I watch it maybe one or twice a week when I'm really bored and need to waste time but I seem to find it too male orientated.women should enjoy it too :wink:


----------



## joyrjw (Aug 1, 2010)

I like to look at porn.
I used to read the romance and erotic novels,but they got boring after awhile.
So, now I prefer to watch video's and the internet.


----------



## Nitou (Feb 3, 2010)

I like porn sometimes, but it can get boring quick. It would be better if more women were directing it.


----------



## pinkrasputin (Apr 13, 2009)

SlowPoke68 said:


> I never thought women could envoy the visuals until my mother--of all people--told me she had gotten a cheater box for cable that allowed her to see the Spice channel and all of that. Seemed her only complaint was the phoniness of most of it and how it wasn't nearly hard enough. No moneyshots, for instance. As a 25 year old (at the time) I was pretty mortified.
> 
> I think the porn women write and create tends to be a lot more real and a lot more hardcore than what guys can usually think up on their own.*One specific manga artist comes to mind. Holy shit.*


What is this? Share share!

I think Japanese cartoon porn is weird. The girls are always crying when they have sex. What's that about. (I think I know).


----------



## Rayne (Apr 28, 2010)

Most porn really doesn't do anything for me to be honest.
It's just two people screwing, there's nothing really hot about it.
Sometimes they don't even kiss. What the fuck man.
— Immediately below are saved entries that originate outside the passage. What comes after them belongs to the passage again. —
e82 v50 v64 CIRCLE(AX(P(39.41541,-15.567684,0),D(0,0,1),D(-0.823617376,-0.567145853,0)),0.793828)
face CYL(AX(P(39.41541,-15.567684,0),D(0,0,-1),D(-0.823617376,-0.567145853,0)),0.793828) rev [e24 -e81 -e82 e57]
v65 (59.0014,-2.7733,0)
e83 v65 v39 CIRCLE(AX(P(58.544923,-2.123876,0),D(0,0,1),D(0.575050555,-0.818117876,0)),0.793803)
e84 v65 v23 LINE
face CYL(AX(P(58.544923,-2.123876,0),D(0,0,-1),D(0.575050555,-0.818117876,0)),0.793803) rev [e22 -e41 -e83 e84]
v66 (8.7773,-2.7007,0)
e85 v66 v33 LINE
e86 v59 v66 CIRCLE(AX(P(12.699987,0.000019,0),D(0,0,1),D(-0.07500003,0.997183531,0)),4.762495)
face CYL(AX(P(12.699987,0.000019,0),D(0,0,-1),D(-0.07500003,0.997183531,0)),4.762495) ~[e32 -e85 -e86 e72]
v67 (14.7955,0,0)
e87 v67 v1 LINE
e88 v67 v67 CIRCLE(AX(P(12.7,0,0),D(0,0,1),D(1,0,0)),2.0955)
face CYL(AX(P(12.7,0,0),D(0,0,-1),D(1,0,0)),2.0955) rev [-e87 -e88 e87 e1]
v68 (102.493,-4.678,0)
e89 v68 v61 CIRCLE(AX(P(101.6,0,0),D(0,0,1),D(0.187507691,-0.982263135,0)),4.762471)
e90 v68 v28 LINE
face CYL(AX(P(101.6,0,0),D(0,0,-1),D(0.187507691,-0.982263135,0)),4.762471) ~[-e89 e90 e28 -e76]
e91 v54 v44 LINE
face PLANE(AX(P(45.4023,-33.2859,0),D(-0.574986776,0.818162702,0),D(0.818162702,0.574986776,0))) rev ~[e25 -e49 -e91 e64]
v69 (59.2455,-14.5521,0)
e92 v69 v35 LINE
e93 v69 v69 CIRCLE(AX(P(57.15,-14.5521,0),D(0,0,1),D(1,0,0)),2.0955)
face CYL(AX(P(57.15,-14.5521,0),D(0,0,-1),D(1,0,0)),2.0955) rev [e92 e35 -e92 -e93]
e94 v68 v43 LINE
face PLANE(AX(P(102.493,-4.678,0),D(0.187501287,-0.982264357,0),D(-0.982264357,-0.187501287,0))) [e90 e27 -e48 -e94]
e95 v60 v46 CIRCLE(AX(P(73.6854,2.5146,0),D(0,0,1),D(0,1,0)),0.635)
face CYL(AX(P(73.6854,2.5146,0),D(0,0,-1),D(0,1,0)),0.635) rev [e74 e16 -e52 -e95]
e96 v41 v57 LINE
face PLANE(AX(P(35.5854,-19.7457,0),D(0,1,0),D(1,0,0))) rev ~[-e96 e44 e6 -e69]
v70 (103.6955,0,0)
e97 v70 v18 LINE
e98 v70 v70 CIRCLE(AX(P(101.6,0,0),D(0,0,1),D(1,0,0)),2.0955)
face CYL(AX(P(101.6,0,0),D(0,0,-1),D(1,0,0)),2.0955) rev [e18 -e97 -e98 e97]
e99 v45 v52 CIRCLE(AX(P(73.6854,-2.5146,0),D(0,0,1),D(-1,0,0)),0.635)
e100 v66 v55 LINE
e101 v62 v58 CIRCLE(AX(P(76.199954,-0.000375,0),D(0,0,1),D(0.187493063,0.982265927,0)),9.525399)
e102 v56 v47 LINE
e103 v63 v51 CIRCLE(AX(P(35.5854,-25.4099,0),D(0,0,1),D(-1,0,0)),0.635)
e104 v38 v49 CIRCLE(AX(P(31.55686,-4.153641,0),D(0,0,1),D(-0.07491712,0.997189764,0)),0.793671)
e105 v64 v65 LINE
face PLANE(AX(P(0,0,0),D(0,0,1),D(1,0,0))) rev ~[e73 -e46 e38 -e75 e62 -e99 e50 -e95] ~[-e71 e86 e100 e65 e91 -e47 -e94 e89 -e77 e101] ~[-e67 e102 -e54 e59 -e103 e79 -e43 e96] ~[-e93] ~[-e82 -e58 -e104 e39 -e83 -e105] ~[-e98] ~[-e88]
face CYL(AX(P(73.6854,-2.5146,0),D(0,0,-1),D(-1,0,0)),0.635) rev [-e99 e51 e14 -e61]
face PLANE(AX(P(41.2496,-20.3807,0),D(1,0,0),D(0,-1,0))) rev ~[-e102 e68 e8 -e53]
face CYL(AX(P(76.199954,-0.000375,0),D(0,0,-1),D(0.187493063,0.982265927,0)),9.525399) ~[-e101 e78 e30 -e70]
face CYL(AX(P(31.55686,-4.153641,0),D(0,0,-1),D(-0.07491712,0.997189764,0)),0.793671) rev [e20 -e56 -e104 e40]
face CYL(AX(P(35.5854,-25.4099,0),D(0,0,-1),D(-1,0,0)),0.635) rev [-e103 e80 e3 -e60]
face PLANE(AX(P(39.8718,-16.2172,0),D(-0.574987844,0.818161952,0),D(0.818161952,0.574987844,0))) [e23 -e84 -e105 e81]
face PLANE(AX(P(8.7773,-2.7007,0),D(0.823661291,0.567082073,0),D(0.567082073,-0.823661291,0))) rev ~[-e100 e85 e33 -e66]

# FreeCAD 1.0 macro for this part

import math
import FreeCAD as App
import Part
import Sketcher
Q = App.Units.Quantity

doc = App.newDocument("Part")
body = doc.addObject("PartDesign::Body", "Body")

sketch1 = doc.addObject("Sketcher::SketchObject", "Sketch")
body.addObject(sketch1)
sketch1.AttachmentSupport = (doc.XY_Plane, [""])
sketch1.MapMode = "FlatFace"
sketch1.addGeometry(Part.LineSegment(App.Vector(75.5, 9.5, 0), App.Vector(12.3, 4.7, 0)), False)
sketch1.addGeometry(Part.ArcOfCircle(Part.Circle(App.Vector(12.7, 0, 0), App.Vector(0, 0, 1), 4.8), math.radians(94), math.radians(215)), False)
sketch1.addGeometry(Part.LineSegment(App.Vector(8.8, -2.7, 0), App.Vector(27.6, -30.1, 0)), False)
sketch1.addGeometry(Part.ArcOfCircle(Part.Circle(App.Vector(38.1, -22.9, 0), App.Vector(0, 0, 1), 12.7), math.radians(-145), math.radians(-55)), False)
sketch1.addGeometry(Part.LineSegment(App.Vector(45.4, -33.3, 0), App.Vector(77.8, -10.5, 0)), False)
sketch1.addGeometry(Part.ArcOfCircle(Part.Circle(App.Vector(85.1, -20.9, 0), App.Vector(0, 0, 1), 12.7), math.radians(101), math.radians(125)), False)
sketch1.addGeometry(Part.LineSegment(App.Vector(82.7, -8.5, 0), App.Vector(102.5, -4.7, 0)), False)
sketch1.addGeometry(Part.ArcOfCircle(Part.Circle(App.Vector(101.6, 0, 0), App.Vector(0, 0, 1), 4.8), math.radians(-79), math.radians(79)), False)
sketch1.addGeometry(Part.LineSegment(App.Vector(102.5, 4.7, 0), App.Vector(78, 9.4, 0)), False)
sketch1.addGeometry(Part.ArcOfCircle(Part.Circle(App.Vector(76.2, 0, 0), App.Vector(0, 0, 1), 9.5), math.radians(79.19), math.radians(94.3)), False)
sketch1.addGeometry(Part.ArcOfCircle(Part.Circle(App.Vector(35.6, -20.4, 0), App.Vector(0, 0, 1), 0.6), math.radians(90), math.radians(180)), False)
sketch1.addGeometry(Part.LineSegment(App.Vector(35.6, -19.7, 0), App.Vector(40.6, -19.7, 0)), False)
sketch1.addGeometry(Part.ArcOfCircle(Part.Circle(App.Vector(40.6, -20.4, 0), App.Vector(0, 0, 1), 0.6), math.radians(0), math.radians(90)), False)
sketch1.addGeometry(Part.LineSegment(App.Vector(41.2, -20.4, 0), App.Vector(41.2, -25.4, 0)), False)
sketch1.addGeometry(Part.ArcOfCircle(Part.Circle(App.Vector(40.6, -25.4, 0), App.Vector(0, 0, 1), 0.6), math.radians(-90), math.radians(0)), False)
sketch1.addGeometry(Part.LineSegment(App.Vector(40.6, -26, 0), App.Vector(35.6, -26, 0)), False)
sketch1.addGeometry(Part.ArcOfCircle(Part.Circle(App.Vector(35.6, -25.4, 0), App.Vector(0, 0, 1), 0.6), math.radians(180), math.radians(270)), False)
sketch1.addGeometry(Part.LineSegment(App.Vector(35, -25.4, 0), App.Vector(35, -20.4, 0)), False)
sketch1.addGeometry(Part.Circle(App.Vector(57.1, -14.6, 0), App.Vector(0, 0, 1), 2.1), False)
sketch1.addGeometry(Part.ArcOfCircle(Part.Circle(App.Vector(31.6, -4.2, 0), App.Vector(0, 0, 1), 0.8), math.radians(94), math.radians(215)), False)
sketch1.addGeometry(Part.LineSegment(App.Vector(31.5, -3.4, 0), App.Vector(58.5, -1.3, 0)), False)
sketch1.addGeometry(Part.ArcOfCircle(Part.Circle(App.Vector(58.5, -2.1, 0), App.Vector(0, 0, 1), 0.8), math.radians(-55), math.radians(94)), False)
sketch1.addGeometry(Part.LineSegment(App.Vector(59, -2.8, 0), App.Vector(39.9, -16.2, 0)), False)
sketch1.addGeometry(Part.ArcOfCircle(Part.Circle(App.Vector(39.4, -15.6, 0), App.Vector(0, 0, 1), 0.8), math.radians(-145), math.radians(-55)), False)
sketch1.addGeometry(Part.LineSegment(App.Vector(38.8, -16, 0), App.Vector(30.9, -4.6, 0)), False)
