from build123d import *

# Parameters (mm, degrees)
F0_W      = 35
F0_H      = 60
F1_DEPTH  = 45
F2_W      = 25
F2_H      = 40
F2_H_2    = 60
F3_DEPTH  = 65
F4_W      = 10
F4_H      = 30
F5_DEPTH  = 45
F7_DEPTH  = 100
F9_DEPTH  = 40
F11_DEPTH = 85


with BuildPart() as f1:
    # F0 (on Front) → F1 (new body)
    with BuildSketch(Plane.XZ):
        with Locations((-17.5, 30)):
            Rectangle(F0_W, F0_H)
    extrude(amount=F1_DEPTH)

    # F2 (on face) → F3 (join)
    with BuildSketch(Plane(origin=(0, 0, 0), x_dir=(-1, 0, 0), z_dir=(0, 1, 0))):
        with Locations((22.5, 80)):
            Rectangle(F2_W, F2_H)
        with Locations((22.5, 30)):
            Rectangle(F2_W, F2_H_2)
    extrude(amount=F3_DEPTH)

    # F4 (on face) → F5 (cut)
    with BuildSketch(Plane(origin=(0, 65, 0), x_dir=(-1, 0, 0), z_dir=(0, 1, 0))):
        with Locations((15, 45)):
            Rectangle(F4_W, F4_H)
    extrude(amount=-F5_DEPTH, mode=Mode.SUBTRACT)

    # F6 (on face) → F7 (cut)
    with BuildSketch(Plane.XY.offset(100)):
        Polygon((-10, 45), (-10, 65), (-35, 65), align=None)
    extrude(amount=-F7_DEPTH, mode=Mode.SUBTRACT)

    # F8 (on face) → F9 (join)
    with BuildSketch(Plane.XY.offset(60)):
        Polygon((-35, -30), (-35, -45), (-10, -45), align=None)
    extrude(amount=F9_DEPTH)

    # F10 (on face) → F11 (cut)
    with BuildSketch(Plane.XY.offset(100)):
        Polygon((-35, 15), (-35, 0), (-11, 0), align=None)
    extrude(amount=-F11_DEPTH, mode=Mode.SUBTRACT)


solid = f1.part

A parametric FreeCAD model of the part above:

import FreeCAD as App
import Part
import Sketcher

V = App.Vector
Q = App.Units.Quantity

doc = App.newDocument("Part")
body = doc.addObject("PartDesign::Body", "Body")

# Sketch on XZ plane
sketch1 = body.newObject("Sketcher::SketchObject", "Sketch")
sketch1.AttachmentSupport = (doc.getObject("XZ_Plane"), [""])
sketch1.MapMode = "FlatFace"
sketch1.addGeometry(Part.LineSegment(V(-35, 60, 0), V(-35, 0, 0)), False)
sketch1.addGeometry(Part.LineSegment(V(-35, 0, 0), V(0, 0, 0)), False)
sketch1.addGeometry(Part.LineSegment(V(0, 0, 0), V(0, 60, 0)), False)
sketch1.addGeometry(Part.LineSegment(V(0, 60, 0), V(-35, 60, 0)), False)
sketch1.addConstraint(Sketcher.Constraint("Coincident", 0, 2, 1, 1))
sketch1.addConstraint(Sketcher.Constraint("Coincident", 1, 2, 2, 1))
sketch1.addConstraint(Sketcher.Constraint("Coincident", 2, 2, 3, 1))
sketch1.addConstraint(Sketcher.Constraint("Coincident", 3, 2, 0, 1))
sketch1.addConstraint(Sketcher.Constraint("Vertical", 0))
sketch1.addConstraint(Sketcher.Constraint("Horizontal", 1))
sketch1.addConstraint(Sketcher.Constraint("Vertical", 2))
sketch1.addConstraint(Sketcher.Constraint("Horizontal", 3))
sketch1.addConstraint(Sketcher.Constraint("Coincident", 1, 2, -1, 1))
sketch1.addConstraint(Sketcher.Constraint("DistanceX", 1, 1, 1, 2, Q("35 mm")))
sketch1.addConstraint(Sketcher.Constraint("DistanceY", 0, 2, 0, 1, Q("60 mm")))
pad1 = body.newObject("PartDesign::Pad", "Pad")
pad1.Profile = sketch1
pad1.Length = 45

# Sketch on XZ plane
sketch2 = body.newObject("Sketcher::SketchObject", "Sketch001")
sketch2.AttachmentSupport = (doc.getObject("XZ_Plane"), [""])
sketch2.MapMode = "FlatFace"
sketch2.addGeometry(Part.LineSegment(V(-10, 100, 0), V(-10, 0, 0)), False)
sketch2.addGeometry(Part.LineSegment(V(-10, 0, 0), V(-35, 0, 0)), False)
sketch2.addGeometry(Part.LineSegment(V(-35, 0, 0), V(-35, 100, 0)), False)
sketch2.addGeometry(Part.LineSegment(V(-35, 100, 0), V(-10, 100, 0)), False)
sketch2.addConstraint(Sketcher.Constraint("Coincident", 0, 2, 1, 1))
sketch2.addConstraint(Sketcher.Constraint("Coincident", 1, 2, 2, 1))
sketch2.addConstraint(Sketcher.Constraint("Coincident", 2, 2, 3, 1))
sketch2.addConstraint(Sketcher.Constraint("Coincident", 3, 2, 0, 1))
sketch2.addConstraint(Sketcher.Constraint("Vertical", 0))
sketch2.addConstraint(Sketcher.Constraint("Horizontal", 1))
sketch2.addConstraint(Sketcher.Constraint("Vertical", 2))
sketch2.addConstraint(Sketcher.Constraint("Horizontal", 3))
sketch2.addConstraint(Sketcher.Constraint("PointOnObject", 0, 2, -1))
sketch2.addConstraint(Sketcher.Constraint("DistanceX", 1, 2, 1, 1, Q("25 mm")))
sketch2.addConstraint(Sketcher.Constraint("DistanceY", 0, 2, 0, 1, Q("100 mm")))
sketch2.addConstraint(Sketcher.Constraint("DistanceX", 0, 2, -1, 1, Q("10 mm")))
pad2 = body.newObject("PartDesign::Pad", "Pad001")
pad2.Profile = sketch2
pad2.Length = 65
pad2.Reversed = True

# Sketch on XZ plane
sketch3 = body.newObject("Sketcher::SketchObject", "Sketch002")
sketch3.AttachmentSupport = (doc.getObject("XZ_Plane"), [""])
sketch3.MapMode = "FlatFace"
sketch3.AttachmentOffset = App.Placement(V(0, 0, -65), App.Rotation())
sketch3.addGeometry(Part.LineSegment(V(-10, 60, 0), V(-10, 30, 0)), False)
sketch3.addGeometry(Part.LineSegment(V(-10, 30, 0), V(-20, 30, 0)), False)
sketch3.addGeometry(Part.LineSegment(V(-20, 30, 0), V(-20, 60, 0)), False)
sketch3.addGeometry(Part.LineSegment(V(-20, 60, 0), V(-10, 60, 0)), False)
sketch3.addConstraint(Sketcher.Constraint("Coincident", 0, 2, 1, 1))
sketch3.addConstraint(Sketcher.Constraint("Coincident", 1, 2, 2, 1))
sketch3.addConstraint(Sketcher.Constraint("Coincident", 2, 2, 3, 1))
sketch3.addConstraint(Sketcher.Constraint("Coincident", 3, 2, 0, 1))
sketch3.addConstraint(Sketcher.Constraint("Vertical", 0))
sketch3.addConstraint(Sketcher.Constraint("Horizontal", 1))
sketch3.addConstraint(Sketcher.Constraint("Vertical", 2))
sketch3.addConstraint(Sketcher.Constraint("Horizontal", 3))
sketch3.addConstraint(Sketcher.Constraint("DistanceX", 1, 2, 1, 1, Q("10 mm")))
sketch3.addConstraint(Sketcher.Constraint("DistanceY", 0, 2, 0, 1, Q("30 mm")))
sketch3.addConstraint(Sketcher.Constraint("DistanceX", 0, 2, -1, 1, Q("10 mm")))
sketch3.addConstraint(Sketcher.Constraint("DistanceY", -1, 1, 0, 2, Q("30 mm")))
pocket1 = body.newObject("PartDesign::Pocket", "Pocket")
pocket1.Profile = sketch3
pocket1.Length = 45
pocket1.Reversed = True

# Sketch on XY plane
sketch4 = body.newObject("Sketcher::SketchObject", "Sketch003")
sketch4.AttachmentSupport = (doc.getObject("XY_Plane"), [""])
sketch4.MapMode = "FlatFace"
sketch4.AttachmentOffset = App.Placement(V(0, 0, 100), App.Rotation())
sketch4.addGeometry(Part.LineSegment(V(-10, 45, 0), V(-10, 65, 0)), False)
sketch4.addGeometry(Part.LineSegment(V(-10, 65, 0), V(-35, 65, 0)), False)
sketch4.addGeometry(Part.LineSegment(V(-35, 65, 0), V(-10, 45, 0)), False)
sketch4.addConstraint(Sketcher.Constraint("Coincident", 0, 2, 1, 1))
sketch4.addConstraint(Sketcher.Constraint("Coincident", 1, 2, 2, 1))
sketch4.addConstraint(Sketcher.Constraint("Coincident", 2, 2, 0, 1))
sketch4.addConstraint(Sketcher.Constraint("Vertical", 0))
sketch4.addConstraint(Sketcher.Constraint("Horizontal", 1))
sketch4.addConstraint(Sketcher.Constraint("DistanceX", 1, 2, 1, 1, Q("25 mm")))
sketch4.addConstraint(Sketcher.Constraint("DistanceY", 0, 1, 0, 2, Q("20 mm")))
sketch4.addConstraint(Sketcher.Constraint("DistanceX", 0, 2, -1, 1, Q("10 mm")))
sketch4.addConstraint(Sketcher.Constraint("DistanceY", -1, 1, 0, 2, Q("65 mm")))
pocket2 = body.newObject("PartDesign::Pocket", "Pocket001")
pocket2.Profile = sketch4
pocket2.Length = 100

# Sketch on XY plane
sketch5 = body.newObject("Sketcher::SketchObject", "Sketch004")
sketch5.AttachmentSupport = (doc.getObject("XY_Plane"), [""])
sketch5.MapMode = "FlatFace"
sketch5.AttachmentOffset = App.Placement(V(0, 0, 60), App.Rotation())
sketch5.addGeometry(Part.LineSegment(V(-35, -30, 0), V(-35, -45, 0)), False)
sketch5.addGeometry(Part.LineSegment(V(-35, -45, 0), V(-10, -45, 0)), False)
sketch5.addGeometry(Part.LineSegment(V(-10, -45, 0), V(-35, -30, 0)), False)
sketch5.addConstraint(Sketcher.Constraint("Coincident", 0, 2, 1, 1))
sketch5.addConstraint(Sketcher.Constraint("Coincident", 1, 2, 2, 1))
sketch5.addConstraint(Sketcher.Constraint("Coincident", 2, 2, 0, 1))
sketch5.addConstraint(Sketcher.Constraint("Vertical", 0))
sketch5.addConstraint(Sketcher.Constraint("Horizontal", 1))
sketch5.addConstraint(Sketcher.Constraint("DistanceX", 1, 1, 1, 2, Q("25 mm")))
sketch5.addConstraint(Sketcher.Constraint("DistanceY", 0, 2, 0, 1, Q("15 mm")))
sketch5.addConstraint(Sketcher.Constraint("DistanceX", 0, 2, -1, 1, Q("35 mm")))
sketch5.addConstraint(Sketcher.Constraint("DistanceY", 0, 2, -1, 1, Q("45 mm")))
pad3 = body.newObject("PartDesign::Pad", "Pad002")
pad3.Profile = sketch5
pad3.Length = 40

# Sketch on XY plane
sketch6 = body.newObject("Sketcher::SketchObject", "Sketch005")
sketch6.AttachmentSupport = (doc.getObject("XY_Plane"), [""])
sketch6.MapMode = "FlatFace"
sketch6.AttachmentOffset = App.Placement(V(0, 0, 100), App.Rotation())
sketch6.addGeometry(Part.LineSegment(V(-35, 15, 0), V(-35, 0, 0)), False)
sketch6.addGeometry(Part.LineSegment(V(-35, 0, 0), V(-11, 0, 0)), False)
sketch6.addGeometry(Part.LineSegment(V(-11, 0, 0), V(-35, 15, 0)), False)
sketch6.addConstraint(Sketcher.Constraint("Coincident", 0, 2, 1, 1))
sketch6.addConstraint(Sketcher.Constraint("Coincident", 1, 2, 2, 1))
sketch6.addConstraint(Sketcher.Constraint("Coincident", 2, 2, 0, 1))
sketch6.addConstraint(Sketcher.Constraint("Vertical", 0))
sketch6.addConstraint(Sketcher.Constraint("Horizontal", 1))
sketch6.addConstraint(Sketcher.Constraint("PointOnObject", 0, 2, -1))
sketch6.addConstraint(Sketcher.Constraint("DistanceX", 1, 1, 1, 2, Q("24 mm")))
sketch6.addConstraint(Sketcher.Constraint("DistanceY", 0, 2, 0, 1, Q("15 mm")))
sketch6.addConstraint(Sketcher.Constraint("DistanceX", 0, 2, -1, 1, Q("35 mm")))
pocket3 = body.newObject("PartDesign::Pocket", "Pocket002")
pocket3.Profile = sketch6
pocket3.Length = 85

doc.recompute()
(I realise I'm not a woman)


----------



## pinkrasputin (Apr 13, 2009)

Rayne said:


> Most porn really doesn't do anything for me to be honest.
> It's just two people screwing, there's nothing really hot about it.
> Sometimes they don't even kiss. What the fuck man.


Then you are totally not googling correctly. You need search something like "(Insert Your Fetish Here) Kiss", and you'll find the kissing ones.


----------



## Rayne (Apr 28, 2010)

It's not so much the kissing specifically it's just. In most porn there is no feeling, no emotion. It's just sex. These people barely pass as actors as it is, but they can't even act at what they're supposed to X-D


----------



## Neon Knight (Aug 11, 2010)

There's female oriented porn, I forget who it is that puts it out but there was one lady who did and it was more that kind of romantic type stuff apparently.


----------



## pinkrasputin (Apr 13, 2009)

Rayne said:


> It's not so much the kissing specifically it's just. In most porn there is no feeling, no emotion. It's just sex. These people barely pass as actors as it is, but they can't even act at what they're supposed to X-D


Yes, I know. But this is why I was lesbian porn. And the right kind of lesbian porn. Not the absurdly agressive she-is-so-faking-it kind.


----------



## wonderfert (Aug 17, 2010)

pinkrasputin said:


> Yes, I know. But this is why I was lesbian porn. And the right kind of lesbian porn. Not the absurdly agressive she-is-so-faking-it kind.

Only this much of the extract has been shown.